→ Input for this task:
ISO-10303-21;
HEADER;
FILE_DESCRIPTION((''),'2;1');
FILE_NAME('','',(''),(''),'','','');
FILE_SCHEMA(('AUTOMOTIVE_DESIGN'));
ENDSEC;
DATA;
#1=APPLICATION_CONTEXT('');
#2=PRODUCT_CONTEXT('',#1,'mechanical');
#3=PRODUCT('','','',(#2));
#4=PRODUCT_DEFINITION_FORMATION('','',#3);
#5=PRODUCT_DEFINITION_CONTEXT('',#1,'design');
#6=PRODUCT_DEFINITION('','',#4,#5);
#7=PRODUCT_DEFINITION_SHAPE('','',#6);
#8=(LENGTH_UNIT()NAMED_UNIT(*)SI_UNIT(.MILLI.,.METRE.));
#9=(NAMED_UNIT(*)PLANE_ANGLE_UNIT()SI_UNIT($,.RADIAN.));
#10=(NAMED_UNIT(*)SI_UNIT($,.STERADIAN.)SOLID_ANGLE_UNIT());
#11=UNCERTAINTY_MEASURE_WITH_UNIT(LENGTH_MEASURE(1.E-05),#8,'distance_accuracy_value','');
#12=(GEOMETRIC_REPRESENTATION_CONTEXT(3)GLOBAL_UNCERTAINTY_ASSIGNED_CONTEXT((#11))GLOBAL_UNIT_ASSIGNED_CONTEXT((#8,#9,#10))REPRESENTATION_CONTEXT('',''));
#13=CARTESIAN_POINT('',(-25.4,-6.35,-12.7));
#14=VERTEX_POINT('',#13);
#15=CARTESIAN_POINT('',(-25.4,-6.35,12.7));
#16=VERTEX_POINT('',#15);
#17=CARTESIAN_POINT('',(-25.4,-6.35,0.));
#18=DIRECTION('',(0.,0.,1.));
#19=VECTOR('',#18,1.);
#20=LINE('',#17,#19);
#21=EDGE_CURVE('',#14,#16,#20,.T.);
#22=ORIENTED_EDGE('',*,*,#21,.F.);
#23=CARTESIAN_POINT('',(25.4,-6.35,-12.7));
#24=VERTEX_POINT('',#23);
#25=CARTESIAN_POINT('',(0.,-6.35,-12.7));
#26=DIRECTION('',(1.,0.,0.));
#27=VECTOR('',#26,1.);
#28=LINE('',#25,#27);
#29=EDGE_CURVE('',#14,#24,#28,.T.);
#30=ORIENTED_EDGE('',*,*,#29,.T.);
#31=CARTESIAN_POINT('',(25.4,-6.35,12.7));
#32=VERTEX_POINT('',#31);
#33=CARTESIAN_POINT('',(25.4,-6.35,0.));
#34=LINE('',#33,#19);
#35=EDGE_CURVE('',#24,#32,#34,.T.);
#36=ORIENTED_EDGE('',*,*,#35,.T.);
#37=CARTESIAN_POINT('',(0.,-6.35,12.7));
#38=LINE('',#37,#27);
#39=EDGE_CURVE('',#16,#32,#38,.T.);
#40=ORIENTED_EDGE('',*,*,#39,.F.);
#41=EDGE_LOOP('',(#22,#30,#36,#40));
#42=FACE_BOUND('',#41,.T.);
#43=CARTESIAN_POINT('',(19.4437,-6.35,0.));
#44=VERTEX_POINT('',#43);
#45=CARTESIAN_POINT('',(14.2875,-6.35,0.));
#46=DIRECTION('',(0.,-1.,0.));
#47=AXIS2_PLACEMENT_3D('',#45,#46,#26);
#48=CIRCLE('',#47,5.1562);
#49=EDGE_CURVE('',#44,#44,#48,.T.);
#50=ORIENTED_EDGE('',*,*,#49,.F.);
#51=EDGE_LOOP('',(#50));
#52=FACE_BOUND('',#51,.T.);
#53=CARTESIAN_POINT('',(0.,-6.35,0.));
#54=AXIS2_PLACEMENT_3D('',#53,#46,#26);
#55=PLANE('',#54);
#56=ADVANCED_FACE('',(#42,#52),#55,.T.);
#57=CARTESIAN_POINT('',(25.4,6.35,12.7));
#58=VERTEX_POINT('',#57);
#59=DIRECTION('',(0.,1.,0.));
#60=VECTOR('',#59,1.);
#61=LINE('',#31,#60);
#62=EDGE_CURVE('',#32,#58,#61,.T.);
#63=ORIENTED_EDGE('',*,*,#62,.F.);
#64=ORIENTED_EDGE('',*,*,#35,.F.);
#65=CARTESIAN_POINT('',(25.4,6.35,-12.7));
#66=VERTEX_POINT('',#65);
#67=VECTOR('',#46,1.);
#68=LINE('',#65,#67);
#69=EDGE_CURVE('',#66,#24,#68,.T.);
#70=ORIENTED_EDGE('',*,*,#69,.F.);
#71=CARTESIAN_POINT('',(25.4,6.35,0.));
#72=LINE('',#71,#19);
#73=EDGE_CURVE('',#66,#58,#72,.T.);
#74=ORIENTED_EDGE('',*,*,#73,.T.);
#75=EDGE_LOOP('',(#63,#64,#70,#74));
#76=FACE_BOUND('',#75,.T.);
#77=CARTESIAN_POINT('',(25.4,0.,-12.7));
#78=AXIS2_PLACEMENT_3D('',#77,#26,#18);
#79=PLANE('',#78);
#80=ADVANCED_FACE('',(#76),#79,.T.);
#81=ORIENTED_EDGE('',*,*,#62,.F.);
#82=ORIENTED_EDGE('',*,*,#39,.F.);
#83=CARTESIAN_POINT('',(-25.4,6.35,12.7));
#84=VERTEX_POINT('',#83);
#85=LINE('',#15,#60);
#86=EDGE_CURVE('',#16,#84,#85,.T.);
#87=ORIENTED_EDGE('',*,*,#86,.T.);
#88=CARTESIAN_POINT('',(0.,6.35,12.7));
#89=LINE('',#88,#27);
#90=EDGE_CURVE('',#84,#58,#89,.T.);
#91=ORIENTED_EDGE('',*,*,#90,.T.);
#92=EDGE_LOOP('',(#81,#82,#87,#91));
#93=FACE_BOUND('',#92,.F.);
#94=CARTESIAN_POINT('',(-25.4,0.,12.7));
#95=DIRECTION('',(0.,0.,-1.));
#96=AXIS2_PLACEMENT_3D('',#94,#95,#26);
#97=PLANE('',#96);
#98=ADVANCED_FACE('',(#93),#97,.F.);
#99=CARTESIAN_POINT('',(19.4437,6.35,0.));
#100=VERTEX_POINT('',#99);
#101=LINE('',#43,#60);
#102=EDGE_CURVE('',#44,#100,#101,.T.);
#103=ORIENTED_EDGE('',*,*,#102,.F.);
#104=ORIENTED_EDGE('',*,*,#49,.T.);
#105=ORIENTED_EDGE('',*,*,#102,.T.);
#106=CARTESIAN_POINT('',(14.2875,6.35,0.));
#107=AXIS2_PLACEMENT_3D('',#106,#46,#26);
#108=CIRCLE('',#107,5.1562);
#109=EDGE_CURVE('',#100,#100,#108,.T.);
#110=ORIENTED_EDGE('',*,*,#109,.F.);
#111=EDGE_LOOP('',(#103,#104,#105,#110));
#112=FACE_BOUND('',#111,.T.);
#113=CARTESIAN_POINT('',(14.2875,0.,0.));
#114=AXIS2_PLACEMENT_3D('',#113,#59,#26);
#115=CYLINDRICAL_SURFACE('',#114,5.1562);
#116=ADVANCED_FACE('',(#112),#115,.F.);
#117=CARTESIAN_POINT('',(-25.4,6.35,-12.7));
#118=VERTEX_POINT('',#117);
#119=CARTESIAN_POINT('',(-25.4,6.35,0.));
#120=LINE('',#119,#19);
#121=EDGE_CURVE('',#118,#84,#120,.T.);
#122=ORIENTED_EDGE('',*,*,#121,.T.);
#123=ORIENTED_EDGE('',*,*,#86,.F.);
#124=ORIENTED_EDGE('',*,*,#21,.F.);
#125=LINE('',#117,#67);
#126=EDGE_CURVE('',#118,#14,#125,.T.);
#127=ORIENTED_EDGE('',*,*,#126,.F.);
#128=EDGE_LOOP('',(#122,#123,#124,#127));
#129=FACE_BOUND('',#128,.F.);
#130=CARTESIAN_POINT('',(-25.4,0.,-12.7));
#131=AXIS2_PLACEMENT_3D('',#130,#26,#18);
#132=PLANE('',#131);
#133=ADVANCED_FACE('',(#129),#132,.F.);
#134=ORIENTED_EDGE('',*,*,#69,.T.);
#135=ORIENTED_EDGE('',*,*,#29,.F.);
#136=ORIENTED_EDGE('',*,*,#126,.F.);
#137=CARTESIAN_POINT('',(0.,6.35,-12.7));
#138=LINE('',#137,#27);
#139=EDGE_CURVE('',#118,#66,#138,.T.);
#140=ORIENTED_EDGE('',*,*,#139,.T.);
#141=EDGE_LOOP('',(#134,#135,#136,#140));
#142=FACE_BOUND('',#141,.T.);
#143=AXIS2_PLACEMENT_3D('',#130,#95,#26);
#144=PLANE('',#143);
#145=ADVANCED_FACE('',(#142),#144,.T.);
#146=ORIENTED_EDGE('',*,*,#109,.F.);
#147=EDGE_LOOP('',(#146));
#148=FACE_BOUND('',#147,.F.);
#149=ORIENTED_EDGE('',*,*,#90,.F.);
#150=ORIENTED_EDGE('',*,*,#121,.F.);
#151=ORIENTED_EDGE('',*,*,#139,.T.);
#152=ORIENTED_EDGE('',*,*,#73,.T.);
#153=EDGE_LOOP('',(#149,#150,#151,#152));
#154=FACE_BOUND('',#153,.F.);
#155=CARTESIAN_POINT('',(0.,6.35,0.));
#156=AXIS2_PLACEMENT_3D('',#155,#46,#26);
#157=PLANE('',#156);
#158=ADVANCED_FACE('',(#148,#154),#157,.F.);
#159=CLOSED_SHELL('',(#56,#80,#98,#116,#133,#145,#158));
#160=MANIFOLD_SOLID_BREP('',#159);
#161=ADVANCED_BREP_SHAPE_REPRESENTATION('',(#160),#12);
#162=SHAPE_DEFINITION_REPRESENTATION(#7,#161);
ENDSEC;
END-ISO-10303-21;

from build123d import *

# Parameters (mm, degrees)
F0_W     = 50.8
F0_H     = 25.4
F0_R     = 5.1562
F1_DEPTH = 6.35


with BuildPart() as f1:
    # F0 (on Front) → F1 (new body, symmetric)
    with BuildSketch(Plane.XZ):
        Rectangle(F0_W, F0_H)
        with Locations((14.2875, 0)):
            Circle(F0_R, mode=Mode.SUBTRACT)
    extrude(amount=F1_DEPTH, both=True)


solid = f1.part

→ Exercise goal: Using the entries above, give back exactly the line containing "#18=DIRECTION('',(0.,0.,1.));", the line containing "#33=CARTESIAN_POINT('',(25.4,-6.35,0.));", and every line between them, and nothing else.

→ Exercise answer:
#18=DIRECTION('',(0.,0.,1.));
#19=VECTOR('',#18,1.);
#20=LINE('',#17,#19);
#21=EDGE_CURVE('',#14,#16,#20,.T.);
#22=ORIENTED_EDGE('',*,*,#21,.F.);
#23=CARTESIAN_POINT('',(25.4,-6.35,-12.7));
#24=VERTEX_POINT('',#23);
#25=CARTESIAN_POINT('',(0.,-6.35,-12.7));
#26=DIRECTION('',(1.,0.,0.));
#27=VECTOR('',#26,1.);
#28=LINE('',#25,#27);
#29=EDGE_CURVE('',#14,#24,#28,.T.);
#30=ORIENTED_EDGE('',*,*,#29,.T.);
#31=CARTESIAN_POINT('',(25.4,-6.35,12.7));
#32=VERTEX_POINT('',#31);
#33=CARTESIAN_POINT('',(25.4,-6.35,0.));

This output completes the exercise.